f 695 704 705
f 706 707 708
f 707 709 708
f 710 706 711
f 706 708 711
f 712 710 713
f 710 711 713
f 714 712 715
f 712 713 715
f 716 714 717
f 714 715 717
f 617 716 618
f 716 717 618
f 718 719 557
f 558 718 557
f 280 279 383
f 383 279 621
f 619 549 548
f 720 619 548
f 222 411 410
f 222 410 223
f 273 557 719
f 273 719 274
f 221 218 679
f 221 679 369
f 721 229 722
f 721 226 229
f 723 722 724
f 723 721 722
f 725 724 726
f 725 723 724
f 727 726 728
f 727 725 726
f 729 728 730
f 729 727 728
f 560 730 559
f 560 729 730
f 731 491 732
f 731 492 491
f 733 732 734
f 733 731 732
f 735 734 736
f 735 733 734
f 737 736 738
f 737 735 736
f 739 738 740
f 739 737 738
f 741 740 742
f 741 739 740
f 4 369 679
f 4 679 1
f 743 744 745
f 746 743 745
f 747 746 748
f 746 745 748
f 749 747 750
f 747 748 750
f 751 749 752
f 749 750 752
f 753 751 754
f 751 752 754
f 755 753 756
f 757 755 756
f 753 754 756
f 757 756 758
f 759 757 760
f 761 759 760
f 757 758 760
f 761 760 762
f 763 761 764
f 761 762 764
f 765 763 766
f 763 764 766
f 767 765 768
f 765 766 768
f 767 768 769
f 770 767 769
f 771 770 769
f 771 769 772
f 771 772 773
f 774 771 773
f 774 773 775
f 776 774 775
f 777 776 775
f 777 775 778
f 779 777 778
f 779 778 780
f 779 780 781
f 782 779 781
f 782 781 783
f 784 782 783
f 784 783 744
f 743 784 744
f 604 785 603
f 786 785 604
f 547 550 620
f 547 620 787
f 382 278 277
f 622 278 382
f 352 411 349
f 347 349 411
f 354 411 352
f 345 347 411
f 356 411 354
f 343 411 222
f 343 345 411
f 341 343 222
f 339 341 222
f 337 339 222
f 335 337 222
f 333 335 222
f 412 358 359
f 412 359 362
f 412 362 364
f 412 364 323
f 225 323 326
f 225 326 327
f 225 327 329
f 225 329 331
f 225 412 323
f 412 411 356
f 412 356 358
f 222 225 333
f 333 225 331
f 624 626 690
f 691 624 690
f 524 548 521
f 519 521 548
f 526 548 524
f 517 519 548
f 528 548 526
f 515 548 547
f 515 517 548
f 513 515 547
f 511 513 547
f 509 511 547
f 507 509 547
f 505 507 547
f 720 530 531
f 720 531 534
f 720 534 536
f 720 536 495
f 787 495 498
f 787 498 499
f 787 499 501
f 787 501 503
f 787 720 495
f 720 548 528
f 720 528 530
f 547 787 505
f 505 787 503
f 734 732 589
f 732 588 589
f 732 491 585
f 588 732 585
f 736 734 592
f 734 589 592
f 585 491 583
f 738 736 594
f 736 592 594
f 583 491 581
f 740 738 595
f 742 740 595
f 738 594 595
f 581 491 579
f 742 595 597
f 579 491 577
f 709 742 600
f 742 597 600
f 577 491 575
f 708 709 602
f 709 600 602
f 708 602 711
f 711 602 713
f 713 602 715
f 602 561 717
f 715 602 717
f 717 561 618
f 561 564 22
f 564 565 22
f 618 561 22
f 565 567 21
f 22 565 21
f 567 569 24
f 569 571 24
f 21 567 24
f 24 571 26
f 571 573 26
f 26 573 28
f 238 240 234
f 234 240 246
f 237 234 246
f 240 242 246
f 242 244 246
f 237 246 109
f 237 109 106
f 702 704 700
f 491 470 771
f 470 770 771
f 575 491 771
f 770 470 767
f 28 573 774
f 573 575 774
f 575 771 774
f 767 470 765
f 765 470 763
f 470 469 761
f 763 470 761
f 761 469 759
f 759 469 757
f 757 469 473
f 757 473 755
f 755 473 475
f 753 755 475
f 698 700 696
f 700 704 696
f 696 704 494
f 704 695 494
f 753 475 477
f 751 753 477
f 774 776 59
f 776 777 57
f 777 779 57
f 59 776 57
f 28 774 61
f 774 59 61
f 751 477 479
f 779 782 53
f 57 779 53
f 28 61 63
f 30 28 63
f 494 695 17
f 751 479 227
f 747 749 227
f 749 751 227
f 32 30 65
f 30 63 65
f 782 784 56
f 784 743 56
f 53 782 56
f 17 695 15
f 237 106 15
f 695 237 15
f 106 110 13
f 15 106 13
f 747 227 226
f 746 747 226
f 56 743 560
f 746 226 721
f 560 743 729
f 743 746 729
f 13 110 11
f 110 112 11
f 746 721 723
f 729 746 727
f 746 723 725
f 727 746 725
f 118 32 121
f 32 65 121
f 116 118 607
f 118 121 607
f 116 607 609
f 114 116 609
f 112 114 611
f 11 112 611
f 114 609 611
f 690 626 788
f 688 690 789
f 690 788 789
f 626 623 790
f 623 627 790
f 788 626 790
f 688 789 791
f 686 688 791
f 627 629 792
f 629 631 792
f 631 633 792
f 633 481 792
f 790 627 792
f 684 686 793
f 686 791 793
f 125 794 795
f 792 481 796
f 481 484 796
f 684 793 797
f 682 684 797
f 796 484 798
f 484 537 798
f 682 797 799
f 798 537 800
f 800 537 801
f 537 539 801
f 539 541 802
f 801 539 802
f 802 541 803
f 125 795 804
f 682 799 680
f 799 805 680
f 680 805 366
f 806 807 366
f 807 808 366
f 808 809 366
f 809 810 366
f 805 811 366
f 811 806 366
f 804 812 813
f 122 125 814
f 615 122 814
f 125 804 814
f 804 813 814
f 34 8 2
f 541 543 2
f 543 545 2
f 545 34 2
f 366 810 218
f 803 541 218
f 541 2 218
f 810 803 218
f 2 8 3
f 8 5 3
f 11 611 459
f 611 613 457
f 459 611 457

**********

YOUR GOAL :: Each record above is to be restated word for word.

EXPECTED ANSWER ::
f 695 704 705
f 706 707 708
f 707 709 708
f 710 706 711
f 706 708 711
f 712 710 713
f 710 711 713
f 714 712 715
f 712 713 715
f 716 714 717
f 714 715 717
f 617 716 618
f 716 717 618
f 718 719 557
f 558 718 557
f 280 279 383
f 383 279 621
f 619 549 548
f 720 619 548
f 222 411 410
f 222 410 223
f 273 557 719
f 273 719 274
f 221 218 679
f 221 679 369
f 721 229 722
f 721 226 229
f 723 722 724
f 723 721 722
f 725 724 726
f 725 723 724
f 727 726 728
f 727 725 726
f 729 728 730
f 729 727 728
f 560 730 559
f 560 729 730
f 731 491 732
f 731 492 491
f 733 732 734
f 733 731 732
f 735 734 736
f 735 733 734
f 737 736 738
f 737 735 736
f 739 738 740
f 739 737 738
f 741 740 742
f 741 739 740
f 4 369 679
f 4 679 1
f 743 744 745
f 746 743 745
f 747 746 748
f 746 745 748
f 749 747 750
f 747 748 750
f 751 749 752
f 749 750 752
f 753 751 754
f 751 752 754
f 755 753 756
f 757 755 756
f 753 754 756
f 757 756 758
f 759 757 760
f 761 759 760
f 757 758 760
f 761 760 762
f 763 761 764
f 761 762 764
f 765 763 766
f 763 764 766
f 767 765 768
f 765 766 768
f 767 768 769
f 770 767 769
f 771 770 769
f 771 769 772
f 771 772 773
f 774 771 773
f 774 773 775
f 776 774 775
f 777 776 775
f 777 775 778
f 779 777 778
f 779 778 780
f 779 780 781
f 782 779 781
f 782 781 783
f 784 782 783
f 784 783 744
f 743 784 744
f 604 785 603
f 786 785 604
f 547 550 620
f 547 620 787
f 382 278 277
f 622 278 382
f 352 411 349
f 347 349 411
f 354 411 352
f 345 347 411
f 356 411 354
f 343 411 222
f 343 345 411
f 341 343 222
f 339 341 222
f 337 339 222
f 335 337 222
f 333 335 222
f 412 358 359
f 412 359 362
f 412 362 364
f 412 364 323
f 225 323 326
f 225 326 327
f 225 327 329
f 225 329 331
f 225 412 323
f 412 411 356
f 412 356 358
f 222 225 333
f 333 225 331
f 624 626 690
f 691 624 690
f 524 548 521
f 519 521 548
f 526 548 524
f 517 519 548
f 528 548 526
f 515 548 547
f 515 517 548
f 513 515 547
f 511 513 547
f 509 511 547
f 507 509 547
f 505 507 547
f 720 530 531
f 720 531 534
f 720 534 536
f 720 536 495
f 787 495 498
f 787 498 499
f 787 499 501
f 787 501 503
f 787 720 495
f 720 548 528
f 720 528 530
f 547 787 505
f 505 787 503
f 734 732 589
f 732 588 589
f 732 491 585
f 588 732 585
f 736 734 592
f 734 589 592
f 585 491 583
f 738 736 594
f 736 592 594
f 583 491 581
f 740 738 595
f 742 740 595
f 738 594 595
f 581 491 579
f 742 595 597
f 579 491 577
f 709 742 600
f 742 597 600
f 577 491 575
f 708 709 602
f 709 600 602
f 708 602 711
f 711 602 713
f 713 602 715
f 602 561 717
f 715 602 717
f 717 561 618
f 561 564 22
f 564 565 22
f 618 561 22
f 565 567 21
f 22 565 21
f 567 569 24
f 569 571 24
f 21 567 24
f 24 571 26
f 571 573 26
f 26 573 28
f 238 240 234
f 234 240 246
f 237 234 246
f 240 242 246
f 242 244 246
f 237 246 109
f 237 109 106
f 702 704 700
f 491 470 771
f 470 770 771
f 575 491 771
f 770 470 767
f 28 573 774
f 573 575 774
f 575 771 774
f 767 470 765
f 765 470 763
f 470 469 761
f 763 470 761
f 761 469 759
f 759 469 757
f 757 469 473
f 757 473 755
f 755 473 475
f 753 755 475
f 698 700 696
f 700 704 696
f 696 704 494
f 704 695 494
f 753 475 477
f 751 753 477
f 774 776 59
f 776 777 57
f 777 779 57
f 59 776 57
f 28 774 61
f 774 59 61
f 751 477 479
f 779 782 53
f 57 779 53
f 28 61 63
f 30 28 63
f 494 695 17
f 751 479 227
f 747 749 227
f 749 751 227
f 32 30 65
f 30 63 65
f 782 784 56
f 784 743 56
f 53 782 56
f 17 695 15
f 237 106 15
f 695 237 15
f 106 110 13
f 15 106 13
f 747 227 226
f 746 747 226
f 56 743 560
f 746 226 721
f 560 743 729
f 743 746 729
f 13 110 11
f 110 112 11
f 746 721 723
f 729 746 727
f 746 723 725
f 727 746 725
f 118 32 121
f 32 65 121
f 116 118 607
f 118 121 607
f 116 607 609
f 114 116 609
f 112 114 611
f 11 112 611
f 114 609 611
f 690 626 788
f 688 690 789
f 690 788 789
f 626 623 790
f 623 627 790
f 788 626 790
f 688 789 791
f 686 688 791
f 627 629 792
f 629 631 792
f 631 633 792
f 633 481 792
f 790 627 792
f 684 686 793
f 686 791 793
f 125 794 795
f 792 481 796
f 481 484 796
f 684 793 797
f 682 684 797
f 796 484 798
f 484 537 798
f 682 797 799
f 798 537 800
f 800 537 801
f 537 539 801
f 539 541 802
f 801 539 802
f 802 541 803
f 125 795 804
f 682 799 680
f 799 805 680
f 680 805 366
f 806 807 366
f 807 808 366
f 808 809 366
f 809 810 366
f 805 811 366
f 811 806 366
f 804 812 813
f 122 125 814
f 615 122 814
f 125 804 814
f 804 813 814
f 34 8 2
f 541 543 2
f 543 545 2
f 545 34 2
f 366 810 218
f 803 541 218
f 541 2 218
f 810 803 218
f 2 8 3
f 8 5 3
f 11 611 459
f 611 613 457
f 459 611 457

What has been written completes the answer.